The contraction factor $M = \max\{|1 - \alpha\mu|, |1 - \alpha L|\}$ is minimized with \[\alpha^* = \frac{2}{L + \mu}.\]

Wesley’s Notes

We are balancing two “worst-case directions”:

one controlled by μ (flatter direction)
one controlled by L (steeper direction)

Optimal α equalizes the two errors so neither dominates.

Here, \[M^* = \frac{\kappa - 1}{\kappa + 1},\] where \[\kappa = \frac{L}{\mu}\] denotes the condition number.

Wesley’s Notes

Condition number κ measures how “stretched” the problem is.

κ ≈ 1 → fast convergence (nice round bowl)
κ large → slow convergence (elongated bowl)

This explains why ill-conditioned problems are hard for GD.

8.2 Universal Approximation

Let $f:[0,1]\to\mathbb{R}$ be continuous.
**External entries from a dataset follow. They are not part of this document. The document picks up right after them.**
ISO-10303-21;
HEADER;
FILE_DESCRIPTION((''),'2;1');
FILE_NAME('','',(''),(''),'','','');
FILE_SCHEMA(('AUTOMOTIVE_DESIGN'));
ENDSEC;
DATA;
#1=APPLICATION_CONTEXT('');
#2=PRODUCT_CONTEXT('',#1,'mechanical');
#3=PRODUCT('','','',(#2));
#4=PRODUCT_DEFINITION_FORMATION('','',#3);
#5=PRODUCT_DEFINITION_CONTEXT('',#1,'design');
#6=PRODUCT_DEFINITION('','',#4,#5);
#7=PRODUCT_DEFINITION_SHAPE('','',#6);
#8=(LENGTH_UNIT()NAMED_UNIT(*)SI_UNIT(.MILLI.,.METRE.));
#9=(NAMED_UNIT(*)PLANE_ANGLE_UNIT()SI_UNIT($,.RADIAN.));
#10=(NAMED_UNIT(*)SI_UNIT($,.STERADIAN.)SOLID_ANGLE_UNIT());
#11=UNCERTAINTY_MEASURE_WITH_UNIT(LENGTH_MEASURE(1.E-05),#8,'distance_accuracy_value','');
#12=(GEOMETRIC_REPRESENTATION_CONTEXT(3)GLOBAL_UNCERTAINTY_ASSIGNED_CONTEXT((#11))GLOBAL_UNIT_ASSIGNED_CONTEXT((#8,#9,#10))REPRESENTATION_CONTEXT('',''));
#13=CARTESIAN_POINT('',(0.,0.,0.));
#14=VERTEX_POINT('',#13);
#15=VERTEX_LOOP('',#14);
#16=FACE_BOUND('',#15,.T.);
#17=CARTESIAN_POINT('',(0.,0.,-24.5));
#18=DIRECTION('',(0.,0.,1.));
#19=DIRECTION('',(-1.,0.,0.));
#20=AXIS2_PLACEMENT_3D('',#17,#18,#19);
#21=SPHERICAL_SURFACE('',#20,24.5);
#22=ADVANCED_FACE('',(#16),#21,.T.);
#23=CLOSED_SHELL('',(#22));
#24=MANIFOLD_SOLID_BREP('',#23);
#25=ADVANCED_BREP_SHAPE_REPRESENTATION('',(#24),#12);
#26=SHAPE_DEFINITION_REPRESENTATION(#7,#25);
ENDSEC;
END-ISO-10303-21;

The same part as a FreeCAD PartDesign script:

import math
import FreeCAD as App
import Part
import Sketcher

V = App.Vector

doc = App.newDocument("Part")
params = doc.addObject("Spreadsheet::Sheet", "Params")
for row, (alias, value) in enumerate([
    ("sketch1_radius", "24.5 mm"),
    ("revolution_angle", "360 deg"),
], start=1):
    params.set(f"A{row}", alias)
    params.set(f"B{row}", "=" + value)
    params.setAlias(f"B{row}", alias)

body = doc.addObject("PartDesign::Body", "Body")

# Sketch on XZ plane
sketch1 = body.newObject("Sketcher::SketchObject", "Sketch")
sketch1.AttachmentSupport = (doc.getObject("XZ_Plane"), [""])
sketch1.MapMode = "FlatFace"
sketch1.addGeometry([
    Part.LineSegment(V(0, 0, 0), V(0, -49, 0)),
    Part.ArcOfCircle(Part.Circle(V(0, -24.5, 0), V(0, 0, 1), 24.5), math.radians(90), math.radians(270)),
], False)
sketch1.addConstraint([
    Sketcher.Constraint("Coincident", 0, 1, 1, 1),
    Sketcher.Constraint("Coincident", 1, 2, 0, 2),
    Sketcher.Constraint("Vertical", 0),
    Sketcher.Constraint("Coincident", 0, 1, -1, 1),
    Sketcher.Constraint("PointOnObject", 1, 3, -2),
    Sketcher.Constraint("Radius", 1, 24.5),
])
sketch1.setExpression("Constraints[5]", "Params.sketch1_radius")
revolution = body.newObject("PartDesign::Revolution", "Revolution")
revolution.Profile = sketch1
revolution.ReferenceAxis = (sketch1, ["V_Axis"])
revolution.setExpression("Angle", "Params.revolution_angle")

doc.recompute()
It can be shown that for every $\epsilon > 0$, there exists $\delta > 0$, such that for all $x,y\in [0,1]$, if $|x-y| < \delta$, then $|f(x) - f(y)| < \epsilon$.
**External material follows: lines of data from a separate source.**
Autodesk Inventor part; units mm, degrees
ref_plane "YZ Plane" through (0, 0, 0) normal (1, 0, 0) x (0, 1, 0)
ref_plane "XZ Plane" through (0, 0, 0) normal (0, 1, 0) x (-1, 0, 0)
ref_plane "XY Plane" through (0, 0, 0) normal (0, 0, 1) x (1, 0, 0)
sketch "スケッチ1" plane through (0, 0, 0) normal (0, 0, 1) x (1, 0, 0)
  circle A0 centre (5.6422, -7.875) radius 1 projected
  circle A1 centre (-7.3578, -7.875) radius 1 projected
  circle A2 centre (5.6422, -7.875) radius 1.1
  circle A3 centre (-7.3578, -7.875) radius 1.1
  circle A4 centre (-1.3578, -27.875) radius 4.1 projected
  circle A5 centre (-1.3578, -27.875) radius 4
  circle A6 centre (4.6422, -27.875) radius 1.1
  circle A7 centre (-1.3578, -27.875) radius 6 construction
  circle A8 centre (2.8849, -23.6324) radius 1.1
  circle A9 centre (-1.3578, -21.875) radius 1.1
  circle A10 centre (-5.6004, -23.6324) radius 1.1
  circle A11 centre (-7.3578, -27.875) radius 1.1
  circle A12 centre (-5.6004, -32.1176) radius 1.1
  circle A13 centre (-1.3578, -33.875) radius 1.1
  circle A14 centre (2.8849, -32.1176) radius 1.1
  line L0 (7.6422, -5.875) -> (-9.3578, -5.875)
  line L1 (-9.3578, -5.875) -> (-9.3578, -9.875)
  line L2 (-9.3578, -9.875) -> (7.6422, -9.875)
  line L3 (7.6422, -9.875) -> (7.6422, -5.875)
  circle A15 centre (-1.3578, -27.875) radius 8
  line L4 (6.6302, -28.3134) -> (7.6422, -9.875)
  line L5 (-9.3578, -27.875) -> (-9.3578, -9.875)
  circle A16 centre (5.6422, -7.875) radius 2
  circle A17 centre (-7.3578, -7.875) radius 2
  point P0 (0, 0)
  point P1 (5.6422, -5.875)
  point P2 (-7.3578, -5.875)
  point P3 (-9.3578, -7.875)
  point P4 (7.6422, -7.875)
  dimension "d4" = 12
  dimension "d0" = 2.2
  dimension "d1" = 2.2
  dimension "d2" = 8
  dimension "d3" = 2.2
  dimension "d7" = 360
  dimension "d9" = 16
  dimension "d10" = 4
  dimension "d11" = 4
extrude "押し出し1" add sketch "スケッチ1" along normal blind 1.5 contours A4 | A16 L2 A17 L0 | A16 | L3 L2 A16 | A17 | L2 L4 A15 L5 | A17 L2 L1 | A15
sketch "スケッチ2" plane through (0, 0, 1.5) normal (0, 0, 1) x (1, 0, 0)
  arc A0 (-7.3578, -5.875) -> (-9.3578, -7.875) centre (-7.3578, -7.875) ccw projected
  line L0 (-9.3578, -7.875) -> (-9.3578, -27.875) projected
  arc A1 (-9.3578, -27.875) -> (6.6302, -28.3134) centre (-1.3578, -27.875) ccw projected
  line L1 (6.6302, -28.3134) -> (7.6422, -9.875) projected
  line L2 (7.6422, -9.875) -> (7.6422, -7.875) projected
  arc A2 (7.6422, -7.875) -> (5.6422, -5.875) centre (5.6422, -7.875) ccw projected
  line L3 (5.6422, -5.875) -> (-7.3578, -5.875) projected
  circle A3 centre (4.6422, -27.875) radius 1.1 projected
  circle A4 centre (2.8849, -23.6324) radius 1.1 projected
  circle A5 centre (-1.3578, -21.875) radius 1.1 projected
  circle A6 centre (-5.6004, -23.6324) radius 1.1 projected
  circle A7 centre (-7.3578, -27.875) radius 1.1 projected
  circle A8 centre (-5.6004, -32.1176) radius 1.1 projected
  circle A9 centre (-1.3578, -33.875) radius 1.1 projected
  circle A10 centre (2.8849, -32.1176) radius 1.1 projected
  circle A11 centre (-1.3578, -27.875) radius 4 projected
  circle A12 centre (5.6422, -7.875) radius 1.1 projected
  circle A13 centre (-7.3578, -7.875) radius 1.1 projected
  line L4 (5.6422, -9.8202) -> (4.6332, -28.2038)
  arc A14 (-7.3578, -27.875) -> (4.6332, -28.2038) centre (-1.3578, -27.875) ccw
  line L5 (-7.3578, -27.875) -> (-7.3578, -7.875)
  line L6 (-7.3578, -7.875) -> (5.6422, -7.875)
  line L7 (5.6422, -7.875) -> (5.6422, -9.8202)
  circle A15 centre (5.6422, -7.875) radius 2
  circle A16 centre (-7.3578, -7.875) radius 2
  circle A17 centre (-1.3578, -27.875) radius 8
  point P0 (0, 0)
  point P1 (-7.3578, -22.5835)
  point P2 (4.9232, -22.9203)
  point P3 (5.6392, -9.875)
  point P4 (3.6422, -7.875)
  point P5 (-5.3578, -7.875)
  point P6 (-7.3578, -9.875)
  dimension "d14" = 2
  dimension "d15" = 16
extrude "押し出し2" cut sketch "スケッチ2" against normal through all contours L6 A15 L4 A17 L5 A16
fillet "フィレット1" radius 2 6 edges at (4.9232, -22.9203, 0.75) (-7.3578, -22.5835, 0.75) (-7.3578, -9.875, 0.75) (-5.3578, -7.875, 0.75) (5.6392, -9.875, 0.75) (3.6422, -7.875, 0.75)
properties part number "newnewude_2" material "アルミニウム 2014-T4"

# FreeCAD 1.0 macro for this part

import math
import FreeCAD as App
import Part
import Sketcher
from FreeCAD import Vector
Q = App.Units.Quantity


def edges_at(feature, points):
    """Names of the edges that pass closest to the given points."""
    edges = feature.Shape.Edges
    near = lambda p: min(range(len(edges)), key=lambda i: edges[i].distToShape(Part.Vertex(*p))[0])
    return sorted({f"Edge{near(p) + 1}" for p in points})

doc = App.newDocument("Part")
body = doc.addObject("PartDesign::Body", "Body")

# Sketch on XY plane
sketch1 = body.newObject("Sketcher::SketchObject", "Sketch")
sketch1.AttachmentSupport = (doc.getObject("XY_Plane"), [""])
sketch1.MapMode = "FlatFace"
sketch1.addGeometry([
    Part.ArcOfCircle(Part.Circle(Vector(-1.4, -27.9, 0), Vector(0, 0, 1), 8), math.radians(180), math.radians(357)),  # 0
    Part.LineSegment(Vector(6.6, -28.3, 0), Vector(7.6, -9.9, 0)),  # 1
    Part.LineSegment(Vector(7.6, -9.9, 0), Vector(7.6, -7.9, 0)),  # 2
    Part.ArcOfCircle(Part.Circle(Vector(5.6, -7.9, 0), Vector(0, 0, 1), 2), math.radians(0), math.radians(90)),  # 3
    Part.LineSegment(Vector(5.6, -5.9, 0), Vector(-7.4, -5.9, 0)),  # 4
    Part.ArcOfCircle(Part.Circle(Vector(-7.4, -7.9, 0), Vector(0, 0, 1), 2), math.radians(90), math.radians(180)),  # 5
    Part.LineSegment(Vector(-9.4, -7.9, 0), Vector(-9.4, -27.9, 0)),  # 6
    Part.Circle(Vector(-1.4, -27.9, 0), Vector(0, 0, 1), 4),  # 7
    Part.Circle(Vector(-5.6, -32.1, 0), Vector(0, 0, 1), 1.1),  # 8
    Part.Circle(Vector(-1.4, -33.9, 0), Vector(0, 0, 1), 1.1),  # 9
    Part.Circle(Vector(-7.4, -27.9, 0), Vector(0, 0, 1), 1.1),  # 10
    Part.Circle(Vector(-5.6, -23.6, 0), Vector(0, 0, 1), 1.1),  # 11
    Part.Circle(Vector(4.6, -27.9, 0), Vector(0, 0, 1), 1.1),  # 12
    Part.Circle(Vector(-1.4, -21.9, 0), Vector(0, 0, 1), 1.1),  # 13
    Part.Circle(Vector(2.9, -32.1, 0), Vector(0, 0, 1), 1.1),  # 14
    Part.Circle(Vector(2.9, -23.6, 0), Vector(0, 0, 1), 1.1),  # 15
    Part.Circle(Vector(5.6, -7.9, 0), Vector(0, 0, 1), 1.1),  # 16
    Part.Circle(Vector(-7.4, -7.9, 0), Vector(0, 0, 1), 1.1),  # 17
], False)
sketch1.addConstraint([
    Sketcher.Constraint("Tangent", 0, 2, 1, 1),
    Sketcher.Constraint("Coincident", 1, 2, 2, 1),
    Sketcher.Constraint("Tangent", 2, 2, 3, 1),
    Sketcher.Constraint("Tangent", 3, 2, 4, 1),
    Sketcher.Constraint("Tangent", 4, 2, 5, 1),
    Sketcher.Constraint("Tangent", 5, 2, 6, 1),
    Sketcher.Constraint("Tangent", 6, 2, 0, 1),
    Sketcher.Constraint("Vertical", 2),
    Sketcher.Constraint("Horizontal", 4),
    Sketcher.Constraint("Vertical", 6),
    Sketcher.Constraint("Coincident", 7, 3, 0, 3),
    Sketcher.Constraint("Coincident", 16, 3, 3, 3),
    Sketcher.Constraint("Coincident", 17, 3, 5, 3),
    Sketcher.Constraint("Equal", 3, 5),
    Sketcher.Constraint("Equal", 8, 9),
    Sketcher.Constraint("Equal", 9, 10),
    Sketcher.Constraint("Equal", 10, 11),
    Sketcher.Constraint("Equal", 11, 12),
    Sketcher.Constraint("Equal", 12, 13),
    Sketcher.Constraint("Equal", 13, 14),
    Sketcher.Constraint("Equal", 14, 15),
    Sketcher.Constraint("Equal", 15, 16),
    Sketcher.Constraint("Equal", 16, 17),
    Sketcher.Constraint("Horizontal", 7, 3, 10, 3),
    Sketcher.Constraint("Horizontal", 10, 3, 12, 3),
    Sketcher.Constraint("Horizontal", 8, 3, 14, 3),
    Sketcher.Constraint("Horizontal", 11, 3, 15, 3),
    Sketcher.Constraint("Vertical", 7, 3, 9, 3),
    Sketcher.Constraint("Vertical", 5, 3, 10, 3),
    Sketcher.Constraint("Vertical", 8, 3, 11, 3),
    Sketcher.Constraint("Vertical", 9, 3, 13, 3),
    Sketcher.Constraint("Vertical", 14, 3, 15, 3),
    Sketcher.Constraint("Diameter", 7, Q("8 mm")),
    Sketcher.Constraint("Radius", 0, Q("8 mm")),
    Sketcher.Constraint("Radius", 3, Q("2 mm")),
    Sketcher.Constraint("Diameter", 8, Q("2.2 mm")),
    Sketcher.Constraint("DistanceY", 13, 3, 1, 2, Q("12 mm")),
    Sketcher.Constraint("DistanceY", 1, 2, 3, 2, Q("4 mm")),
    Sketcher.Constraint("DistanceX", 4, 2, 4, 1, Q("13 mm")),
    Sketcher.Constraint("DistanceY", 6, 2, 6, 1, Q("20 mm")),
    Sketcher.Constraint("DistanceY", 9, 3, 0, 3, Q("6 mm")),
    Sketcher.Constraint("DistanceX", 0, 3, 12, 3, Q("6 mm")),
    Sketcher.Constraint("DistanceY", 0, 3, -1, 1, Q("27.875 mm")),
    Sketcher.Constraint("DistanceX", -1, 1, 14, 3, Q("2.885 mm")),
    Sketcher.Constraint("DistanceY", 0, 2, 15, 3, Q("4.681 mm")),
    Sketcher.Constraint("DistanceX", 0, 3, -1, 1, Q("1.3578 mm")),
    Sketcher.Constraint("DistanceX", 8, 3, -1, 1, Q("5.6004 mm")),
    Sketcher.Constraint("DistanceY", 8, 3, -1, 1, Q("32.1176 mm")),
])
pad1 = body.newObject("PartDesign::Pad", "Pad")
pad1.Profile = sketch1
pad1.Length = 1.5

# Sketch on XY plane
sketch2 = body.newObject("Sketcher::SketchObject", "Sketch001")
sketch2.AttachmentSupport = (doc.getObject("XY_Plane"), [""])
sketch2.MapMode = "FlatFace"
sketch2.AttachmentOffset = App.Placement(Vector(0, 0, 1.5), App.Rotation())
sketch2.addGeometry([
    Part.LineSegment(Vector(3.6, -7.9, 0), Vector(-5.4, -7.9, 0)),  # 0
    Part.ArcOfCircle(Part.Circle(Vector(-7.4, -7.9, 0), Vector(0, 0, 1), 2), math.radians(-90), math.radians(0)),  # 1
    Part.LineSegment(Vector(-7.4, -9.9, 0), Vector(-7.4, -22.6, 0)),  # 2
    Part.ArcOfCircle(Part.Circle(Vector(-1.4, -27.9, 0), Vector(0, 0, 1), 8), math.radians(38), math.radians(139)),  # 3
    Part.LineSegment(Vector(4.9, -22.9, 0), Vector(5.6, -9.9, 0)),  # 4
    Part.ArcOfCircle(Part.Circle(Vector(5.6, -7.9, 0), Vector(0, 0, 1), 2), math.radians(180), math.radians(270)),  # 5
], False)
sketch2.addConstraint([
    Sketcher.Constraint("Coincident", 0, 2, 1, 2),
    Sketcher.Constraint("Coincident", 1, 1, 2, 1),
    Sketcher.Constraint("Coincident", 2, 2, 3, 2),
    Sketcher.Constraint("Coincident", 3, 1, 4, 1),
    Sketcher.Constraint("Coincident", 4, 2, 5, 2),
    Sketcher.Constraint("Coincident", 5, 1, 0, 1),
    Sketcher.Constraint("Horizontal", 0),
    Sketcher.Constraint("Vertical", 2),
    Sketcher.Constraint("Equal", 1, 5),
    Sketcher.Constraint("Horizontal", 1, 3, 5, 3),
    Sketcher.Constraint("Horizontal", 5, 3, 0, 2),
    Sketcher.Constraint("Radius", 1, Q("2 mm")),
    Sketcher.Constraint("Radius", 3, Q("8 mm")),
    Sketcher.Constraint("DistanceX", 1, 1, 0, 2, Q("2 mm")),
    Sketcher.Constraint("DistanceX", 0, 2, 0, 1, Q("9 mm")),
    Sketcher.Constraint("DistanceX", 1, 3, 3, 3, Q("6 mm")),
    Sketcher.Constraint("DistanceY", 3, 3, 1, 3, Q("20 mm")),
    Sketcher.Constraint("Distance", 4, Q("13.065 mm")),
    Sketcher.Constraint("DistanceY", 1, 3, -1, 1, Q("7.875 mm")),
    Sketcher.Constraint("DistanceX", 3, 3, 3, 1, Q("6.281 mm")),
    Sketcher.Constraint("DistanceX", 1, 3, -1, 1, Q("7.3578 mm")),
])
pocket1 = body.newObject("PartDesign::Pocket", "Pocket")
pocket1.Profile = sketch2
pocket1.Type = "ThroughAll"
doc.recompute()

fillet = body.newObject("PartDesign::Fillet", "Fillet")
fillet.Base = (pocket1, edges_at(pocket1, [
    (4.923, -22.92, 0.75),
    (-7.358, -22.584, 0.75),
    (-7.358, -9.875, 0.75),
    (-5.358, -7.875, 0.75),
    (5.639, -9.875, 0.75),
    (3.642, -7.875, 0.75),
]))
fillet.Radius = 2

doc.recompute()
For fixed $\epsilon > 0$, show that there exists a function $F:[0,1]\to\mathbb{R}$, where \[F(x) = b_0 + \sum_{i=1}^N a_i \text{ReLU} (w_ix + b_i)\] for some $N\in\mathbb{N}$ and $a_i,w_i,b_i\in\mathbb{R}$, such that \[\max_{x\in [0,1]} |f(x) - F(x)| < \epsilon.\] Here, $\text{ReLU}(x) = \max\{0, x\}$.

Answer

Choose $\delta > 0$, such that for all $x,y\in [0,1]$, if $|x-y| < \delta$, then $|f(x) - f(y)| < \epsilon$.

Wesley’s Notes

Continuity ⇒ function doesn’t jump abruptly.

So we can approximate it locally with simple functions (like lines).

Choose a partition \[0 = x_0 < x_1 < \cdots < x_{n-1} < x_n = 1\] for some $n\in\mathbb{N}$, such that \[x_k - x_{k-1} < \delta\qquad\text{for all $k\in [n]$.}\] Define the linear interpolation \[p(x) = f(x_{k-1}) + m_k (x - x_{k-1})\qquad\text{for all $k\in [n]$},\] where \[m_k = \frac{f(x_k) - f(x_{k-1})}{x_k - x_{k-1}}.\] For $x\in [x_{k-1}, x_k]$, $p(x)$ is a convex combination of $f(x_{k-1})$ and $f(x_k)$, from which it follows that $|f(x) - p(x)| < \epsilon$. Applying this across all intervals $[x_{k-1}, x_k]$ yields that \[\max_{x\in [0,1]}|f(x) - p(x)| < \epsilon.\] Now, define \[F(x) = C + m_1 \text{ReLU}(x) + \sum_{k=1}^{n-1} (m_{k+1} - m_k) \text{ReLU}(x - x_k)\] for some $C\in\mathbb{R}$.

Wesley’s Notes

Key idea: ReLU builds piecewise linear functions.

Each ReLU introduces a “kink” (change in slope).

By stacking them, we exactly reproduce the slopes of the linear interpolation.

Note that both $p$ and $F$ have the same derivative, as for all $x\in (x_{k-1}, x_k)$, \[p'(x) = F'(x) = m_k.\] It follows from continuity that by choosing $C$ such that $F(x_0) = f(x_0)$, we have that \[p(x) = F(x)\qquad\text{for all $x\in [0,1]$},\] where $F$ has the desired form.